To use the RegexNER all you have to do is build a file with 1 entry per line of the form:

TEXT_PATTERN\tTAG

You would put all of the things you want in your custom dictionary into a file, say custom_dictionary.txt

I am assuming by IED you mean

https://en.wikipedia.org/wiki/Improvised_explosive_device ??

So your file might look like:

VBIED\tIED_TERM

sticky bombs\tIED_TERM

RCIED\tIED_TERM

New Country\tLOCATION

New Person\tPERSON

(Note Stack Overflow has some strange formatting, there should not be blank lines between each entry, it should be 1 entry per line!!)

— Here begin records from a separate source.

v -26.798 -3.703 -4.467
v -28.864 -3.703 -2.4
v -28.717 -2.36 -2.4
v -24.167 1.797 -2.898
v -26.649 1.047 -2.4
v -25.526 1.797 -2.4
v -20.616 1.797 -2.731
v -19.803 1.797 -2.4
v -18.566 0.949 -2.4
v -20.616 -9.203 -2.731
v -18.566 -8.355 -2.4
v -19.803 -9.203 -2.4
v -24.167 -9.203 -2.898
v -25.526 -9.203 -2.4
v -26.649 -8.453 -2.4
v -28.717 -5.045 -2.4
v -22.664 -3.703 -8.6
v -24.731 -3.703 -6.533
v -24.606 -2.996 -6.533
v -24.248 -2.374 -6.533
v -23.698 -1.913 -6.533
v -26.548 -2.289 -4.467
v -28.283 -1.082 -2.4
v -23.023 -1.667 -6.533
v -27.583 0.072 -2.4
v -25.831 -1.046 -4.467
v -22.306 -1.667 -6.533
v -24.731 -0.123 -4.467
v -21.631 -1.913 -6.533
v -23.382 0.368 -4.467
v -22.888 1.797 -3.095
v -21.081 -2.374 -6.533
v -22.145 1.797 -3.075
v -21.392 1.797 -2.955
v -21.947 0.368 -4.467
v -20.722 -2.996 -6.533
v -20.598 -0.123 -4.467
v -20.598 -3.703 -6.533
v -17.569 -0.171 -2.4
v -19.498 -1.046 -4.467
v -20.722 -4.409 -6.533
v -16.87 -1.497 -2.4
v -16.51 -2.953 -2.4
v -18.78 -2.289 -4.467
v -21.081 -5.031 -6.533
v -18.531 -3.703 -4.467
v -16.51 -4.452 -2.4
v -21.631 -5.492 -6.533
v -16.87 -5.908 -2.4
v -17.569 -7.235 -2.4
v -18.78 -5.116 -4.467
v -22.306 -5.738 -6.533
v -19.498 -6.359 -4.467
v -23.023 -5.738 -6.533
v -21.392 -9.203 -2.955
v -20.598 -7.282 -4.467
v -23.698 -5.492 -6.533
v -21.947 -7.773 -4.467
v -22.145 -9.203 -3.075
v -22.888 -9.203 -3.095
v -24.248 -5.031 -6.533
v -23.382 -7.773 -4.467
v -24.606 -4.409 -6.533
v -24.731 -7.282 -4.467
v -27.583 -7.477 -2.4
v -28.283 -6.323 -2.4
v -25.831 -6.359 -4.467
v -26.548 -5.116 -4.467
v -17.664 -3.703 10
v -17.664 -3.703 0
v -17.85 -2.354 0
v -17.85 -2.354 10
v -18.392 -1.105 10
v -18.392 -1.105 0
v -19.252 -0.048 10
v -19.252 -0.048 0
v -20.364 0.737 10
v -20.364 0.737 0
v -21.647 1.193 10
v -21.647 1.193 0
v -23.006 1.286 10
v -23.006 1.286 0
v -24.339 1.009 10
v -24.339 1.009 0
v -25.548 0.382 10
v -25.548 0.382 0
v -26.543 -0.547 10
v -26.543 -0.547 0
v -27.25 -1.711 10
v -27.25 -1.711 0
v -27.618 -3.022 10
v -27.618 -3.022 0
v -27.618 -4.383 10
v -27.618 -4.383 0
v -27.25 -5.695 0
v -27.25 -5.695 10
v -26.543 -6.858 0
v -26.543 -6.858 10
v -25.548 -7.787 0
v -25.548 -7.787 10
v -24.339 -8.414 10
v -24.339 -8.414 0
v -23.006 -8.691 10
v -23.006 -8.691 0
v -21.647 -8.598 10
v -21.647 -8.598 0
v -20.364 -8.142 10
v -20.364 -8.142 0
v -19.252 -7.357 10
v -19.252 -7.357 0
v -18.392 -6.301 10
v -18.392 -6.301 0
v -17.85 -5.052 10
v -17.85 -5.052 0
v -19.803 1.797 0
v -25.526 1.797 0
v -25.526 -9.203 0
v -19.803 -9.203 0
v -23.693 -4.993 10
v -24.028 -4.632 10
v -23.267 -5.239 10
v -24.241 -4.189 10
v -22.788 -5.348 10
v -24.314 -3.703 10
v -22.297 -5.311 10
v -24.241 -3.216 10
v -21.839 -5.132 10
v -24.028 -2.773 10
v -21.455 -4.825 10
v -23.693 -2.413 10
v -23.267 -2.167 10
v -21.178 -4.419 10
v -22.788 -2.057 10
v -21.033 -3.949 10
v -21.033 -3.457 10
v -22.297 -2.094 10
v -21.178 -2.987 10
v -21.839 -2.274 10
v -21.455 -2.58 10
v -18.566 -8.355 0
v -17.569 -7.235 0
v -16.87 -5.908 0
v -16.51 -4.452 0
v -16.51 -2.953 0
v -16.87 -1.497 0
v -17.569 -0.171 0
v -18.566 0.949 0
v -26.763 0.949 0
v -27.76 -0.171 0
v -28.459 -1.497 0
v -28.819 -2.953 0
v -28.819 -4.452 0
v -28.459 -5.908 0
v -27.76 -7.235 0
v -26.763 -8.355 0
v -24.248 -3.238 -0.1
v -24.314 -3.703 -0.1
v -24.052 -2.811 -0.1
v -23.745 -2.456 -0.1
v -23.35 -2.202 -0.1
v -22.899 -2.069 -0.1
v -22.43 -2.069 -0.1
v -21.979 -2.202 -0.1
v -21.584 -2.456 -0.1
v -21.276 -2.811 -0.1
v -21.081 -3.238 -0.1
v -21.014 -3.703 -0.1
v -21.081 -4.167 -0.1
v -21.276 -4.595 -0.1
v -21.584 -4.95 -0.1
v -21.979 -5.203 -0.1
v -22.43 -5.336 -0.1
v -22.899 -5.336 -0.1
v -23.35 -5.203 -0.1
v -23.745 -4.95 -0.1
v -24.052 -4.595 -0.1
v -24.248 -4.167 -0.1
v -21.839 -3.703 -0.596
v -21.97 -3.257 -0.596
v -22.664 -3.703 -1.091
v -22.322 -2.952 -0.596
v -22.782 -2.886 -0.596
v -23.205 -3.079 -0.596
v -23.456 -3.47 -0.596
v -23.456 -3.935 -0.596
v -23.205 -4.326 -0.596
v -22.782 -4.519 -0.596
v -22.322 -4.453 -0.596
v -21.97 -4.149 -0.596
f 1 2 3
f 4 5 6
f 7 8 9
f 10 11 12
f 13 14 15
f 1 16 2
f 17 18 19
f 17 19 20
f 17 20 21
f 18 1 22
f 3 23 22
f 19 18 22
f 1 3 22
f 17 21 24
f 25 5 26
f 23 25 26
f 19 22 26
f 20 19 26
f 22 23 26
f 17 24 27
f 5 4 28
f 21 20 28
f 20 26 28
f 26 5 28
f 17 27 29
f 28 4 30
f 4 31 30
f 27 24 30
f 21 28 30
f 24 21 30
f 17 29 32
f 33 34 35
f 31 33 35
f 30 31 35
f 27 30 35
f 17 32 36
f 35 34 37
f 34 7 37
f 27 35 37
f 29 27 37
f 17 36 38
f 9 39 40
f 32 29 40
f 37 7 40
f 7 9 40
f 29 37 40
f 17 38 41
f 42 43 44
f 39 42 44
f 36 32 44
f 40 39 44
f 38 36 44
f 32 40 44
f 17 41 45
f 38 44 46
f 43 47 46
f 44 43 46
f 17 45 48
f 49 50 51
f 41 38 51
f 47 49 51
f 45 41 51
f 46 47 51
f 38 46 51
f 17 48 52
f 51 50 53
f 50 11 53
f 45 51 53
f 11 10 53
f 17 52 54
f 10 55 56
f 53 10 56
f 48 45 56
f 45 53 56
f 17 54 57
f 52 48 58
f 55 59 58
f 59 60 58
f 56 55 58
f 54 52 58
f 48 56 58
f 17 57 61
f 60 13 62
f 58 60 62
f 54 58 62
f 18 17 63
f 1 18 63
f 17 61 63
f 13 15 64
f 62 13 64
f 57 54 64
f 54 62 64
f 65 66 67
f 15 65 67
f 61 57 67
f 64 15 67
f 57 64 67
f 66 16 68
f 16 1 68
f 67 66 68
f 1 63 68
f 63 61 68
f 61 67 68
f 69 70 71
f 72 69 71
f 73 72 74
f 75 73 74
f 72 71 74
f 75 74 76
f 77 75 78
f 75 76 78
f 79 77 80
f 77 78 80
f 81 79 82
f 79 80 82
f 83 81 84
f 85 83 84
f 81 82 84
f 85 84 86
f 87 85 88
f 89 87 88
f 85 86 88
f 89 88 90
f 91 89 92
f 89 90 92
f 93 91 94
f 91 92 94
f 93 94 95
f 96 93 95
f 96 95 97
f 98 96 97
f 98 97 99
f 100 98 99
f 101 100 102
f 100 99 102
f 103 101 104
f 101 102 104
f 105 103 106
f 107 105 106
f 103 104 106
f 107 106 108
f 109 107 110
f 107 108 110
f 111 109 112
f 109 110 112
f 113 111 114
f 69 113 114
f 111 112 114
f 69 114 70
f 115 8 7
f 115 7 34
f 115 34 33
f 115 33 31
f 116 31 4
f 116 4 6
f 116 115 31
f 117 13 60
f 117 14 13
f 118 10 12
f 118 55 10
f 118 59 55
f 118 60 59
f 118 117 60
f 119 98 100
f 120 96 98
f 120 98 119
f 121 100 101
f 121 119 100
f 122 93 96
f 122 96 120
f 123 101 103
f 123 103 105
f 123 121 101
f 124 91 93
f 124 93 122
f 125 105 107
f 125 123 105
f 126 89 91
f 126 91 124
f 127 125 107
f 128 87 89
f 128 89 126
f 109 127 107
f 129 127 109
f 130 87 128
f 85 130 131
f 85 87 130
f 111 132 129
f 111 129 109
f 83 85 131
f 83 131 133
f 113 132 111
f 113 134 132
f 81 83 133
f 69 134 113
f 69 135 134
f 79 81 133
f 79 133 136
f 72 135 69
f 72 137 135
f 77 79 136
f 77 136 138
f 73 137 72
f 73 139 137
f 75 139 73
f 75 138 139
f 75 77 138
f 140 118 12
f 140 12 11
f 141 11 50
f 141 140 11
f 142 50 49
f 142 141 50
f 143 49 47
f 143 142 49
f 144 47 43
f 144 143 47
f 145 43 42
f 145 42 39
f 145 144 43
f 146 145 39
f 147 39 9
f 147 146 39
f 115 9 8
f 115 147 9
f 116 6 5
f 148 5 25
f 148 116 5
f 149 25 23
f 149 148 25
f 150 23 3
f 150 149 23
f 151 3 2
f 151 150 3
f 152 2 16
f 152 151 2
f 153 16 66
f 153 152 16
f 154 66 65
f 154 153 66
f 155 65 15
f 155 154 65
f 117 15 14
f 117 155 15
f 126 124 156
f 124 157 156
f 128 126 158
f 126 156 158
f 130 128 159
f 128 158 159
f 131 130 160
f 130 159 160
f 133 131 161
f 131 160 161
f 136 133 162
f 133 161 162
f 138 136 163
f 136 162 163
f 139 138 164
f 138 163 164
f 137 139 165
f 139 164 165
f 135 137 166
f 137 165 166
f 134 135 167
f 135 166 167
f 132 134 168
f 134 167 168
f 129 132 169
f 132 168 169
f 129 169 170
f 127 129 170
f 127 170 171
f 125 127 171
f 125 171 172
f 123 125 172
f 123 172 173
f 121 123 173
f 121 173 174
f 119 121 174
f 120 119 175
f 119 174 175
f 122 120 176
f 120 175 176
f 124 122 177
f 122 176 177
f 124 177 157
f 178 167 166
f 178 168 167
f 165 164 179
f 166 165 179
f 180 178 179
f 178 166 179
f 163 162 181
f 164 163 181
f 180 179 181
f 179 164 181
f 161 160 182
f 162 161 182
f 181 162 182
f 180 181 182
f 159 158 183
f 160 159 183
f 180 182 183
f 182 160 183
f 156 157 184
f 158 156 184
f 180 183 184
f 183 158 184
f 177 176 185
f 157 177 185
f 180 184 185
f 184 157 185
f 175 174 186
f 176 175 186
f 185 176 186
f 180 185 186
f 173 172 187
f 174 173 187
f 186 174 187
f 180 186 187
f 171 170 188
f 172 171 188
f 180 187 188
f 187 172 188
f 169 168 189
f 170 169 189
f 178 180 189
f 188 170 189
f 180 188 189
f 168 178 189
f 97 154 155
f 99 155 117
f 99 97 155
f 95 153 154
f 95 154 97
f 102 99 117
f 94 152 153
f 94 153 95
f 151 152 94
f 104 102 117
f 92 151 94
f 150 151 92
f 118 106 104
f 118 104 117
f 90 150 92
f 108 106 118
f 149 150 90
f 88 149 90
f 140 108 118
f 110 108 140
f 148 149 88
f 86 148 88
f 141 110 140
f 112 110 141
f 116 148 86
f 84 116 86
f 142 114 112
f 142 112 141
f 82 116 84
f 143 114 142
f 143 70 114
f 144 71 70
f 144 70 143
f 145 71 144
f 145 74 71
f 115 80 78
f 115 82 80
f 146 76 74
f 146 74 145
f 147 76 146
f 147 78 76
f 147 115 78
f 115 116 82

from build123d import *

# Parameters (mm, degrees)
SKETCH1_R                 = 5
BOSS_EXTRUDE1_DEPTH       = 10
BOSS_EXTRUDE3_DEPTH       = 2.4
SKETCH15_W                = 6.028380363
SKETCH15_H                = 2.991132054
CUT_EXTRUDE1_DEPTH        = 2.4
SKETCH16_W                = 6.590795167
SKETCH16_H                = 1.091372194
CUT_EXTRUDE3_DEPTH        = 2.4
M4X0_7_TAPPED_HOLE1_D     = 3.3
M4X0_7_TAPPED_HOLE1_DEPTH = 10.1
M4X0_7_TAPPED_HOLE1_TIP   = 0.991420021


with BuildPart() as part:
    # Sketch1 → Boss-Extrude1 (new body)
    with BuildSketch(Plane.XY):
        with Locations((-22.664426825, -3.702604382)):
            Circle(SKETCH1_R)
    extrude(amount=BOSS_EXTRUDE1_DEPTH)

    # Sketch2 → Boss-Extrude3 (add)
    with BuildSketch(Plane(origin=(0, 0, 0), x_dir=(-1, 0, 0), z_dir=(0, 0, -1))):
        with BuildLine():
            Line((25.526244429, -9.202604382), (19.80260922, -9.202604382))
            ThreePointArc((19.80260922, -9.202604382), (16.464426825, -3.702604382), (19.80260922, 1.797395618))
            Line((19.80260922, 1.797395618), (25.526244429, 1.797395618))
            ThreePointArc((25.526244429, 1.797395618), (28.864426825, -3.702604382), (25.526244429, -9.202604382))
        make_face()
    extrude(amount=BOSS_EXTRUDE3_DEPTH)

    # Sketch13 → Revolve1 (revolve)
    with BuildSketch(Plane(origin=(0, -3.702604382, 0), x_dir=(1, 0, 0), z_dir=(0, 1, 0)), mode=Mode.PRIVATE) as revolve1_sk:
        Polygon((-16.464426825, 2.4), (-22.664426825, 2.4), (-22.664426825, 8.6), align=None)
    revolve(revolve1_sk.sketch.rotate(Axis((-22.664426825, -3.702604382, -2.4), (0, 0, -1)), 180), axis=Axis((-22.664426825, -3.702604382, -2.4), (0, 0, -1)))

    # Sketch15 → Cut-Extrude1 (cut)
    with BuildSketch(Plane.XY.offset(-2.4)):
        with Locations((-22.512054248, 3.292961645)):
            Rectangle(SKETCH15_W, SKETCH15_H)
    extrude(amount=-CUT_EXTRUDE1_DEPTH, mode=Mode.SUBTRACT)

    # Sketch16 → Cut-Extrude3 (cut)
    with BuildSketch(Plane.XY.offset(-2.4)):
        with Locations((-23.098006803, -9.748290479)):
            Rectangle(SKETCH16_W, SKETCH16_H)
    extrude(amount=-CUT_EXTRUDE3_DEPTH, mode=Mode.SUBTRACT)

    # M4x0.7 Tapped Hole1
    with Locations(Plane.XY.offset(10)):
        with Locations((-22.664426825, -3.702604382)):
            Hole(M4X0_7_TAPPED_HOLE1_D / 2, depth=M4X0_7_TAPPED_HOLE1_DEPTH)
            with Locations((0, 0, -(M4X0_7_TAPPED_HOLE1_DEPTH + M4X0_7_TAPPED_HOLE1_TIP / 2))):  # 118° drill point
                Cone(0, M4X0_7_TAPPED_HOLE1_D / 2, M4X0_7_TAPPED_HOLE1_TIP, mode=Mode.SUBTRACT)


solid = part.part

If you then run this command:

java -mx1g -cp '*' edu.stanford.nlp.pipeline.StanfordCoreNLP -annotators 'tokenize,ssplit,pos,lemma,regexner,ner' -file sample_input.txt -regexner.mapping custom_dictionary.txt

you will tag sample_input.txt

Updating is merely a matter of updating custom_dictionary.txt

One thing to be on the lookout for, it matters if you put "ner" first or "regexner" first in your list of annotators.

If your highest priority is tagging with your specialized terms (for instance IED_TERM), I would run the regexner first in the pipeline, since there are some tricky issues with how the taggers overwrite each other.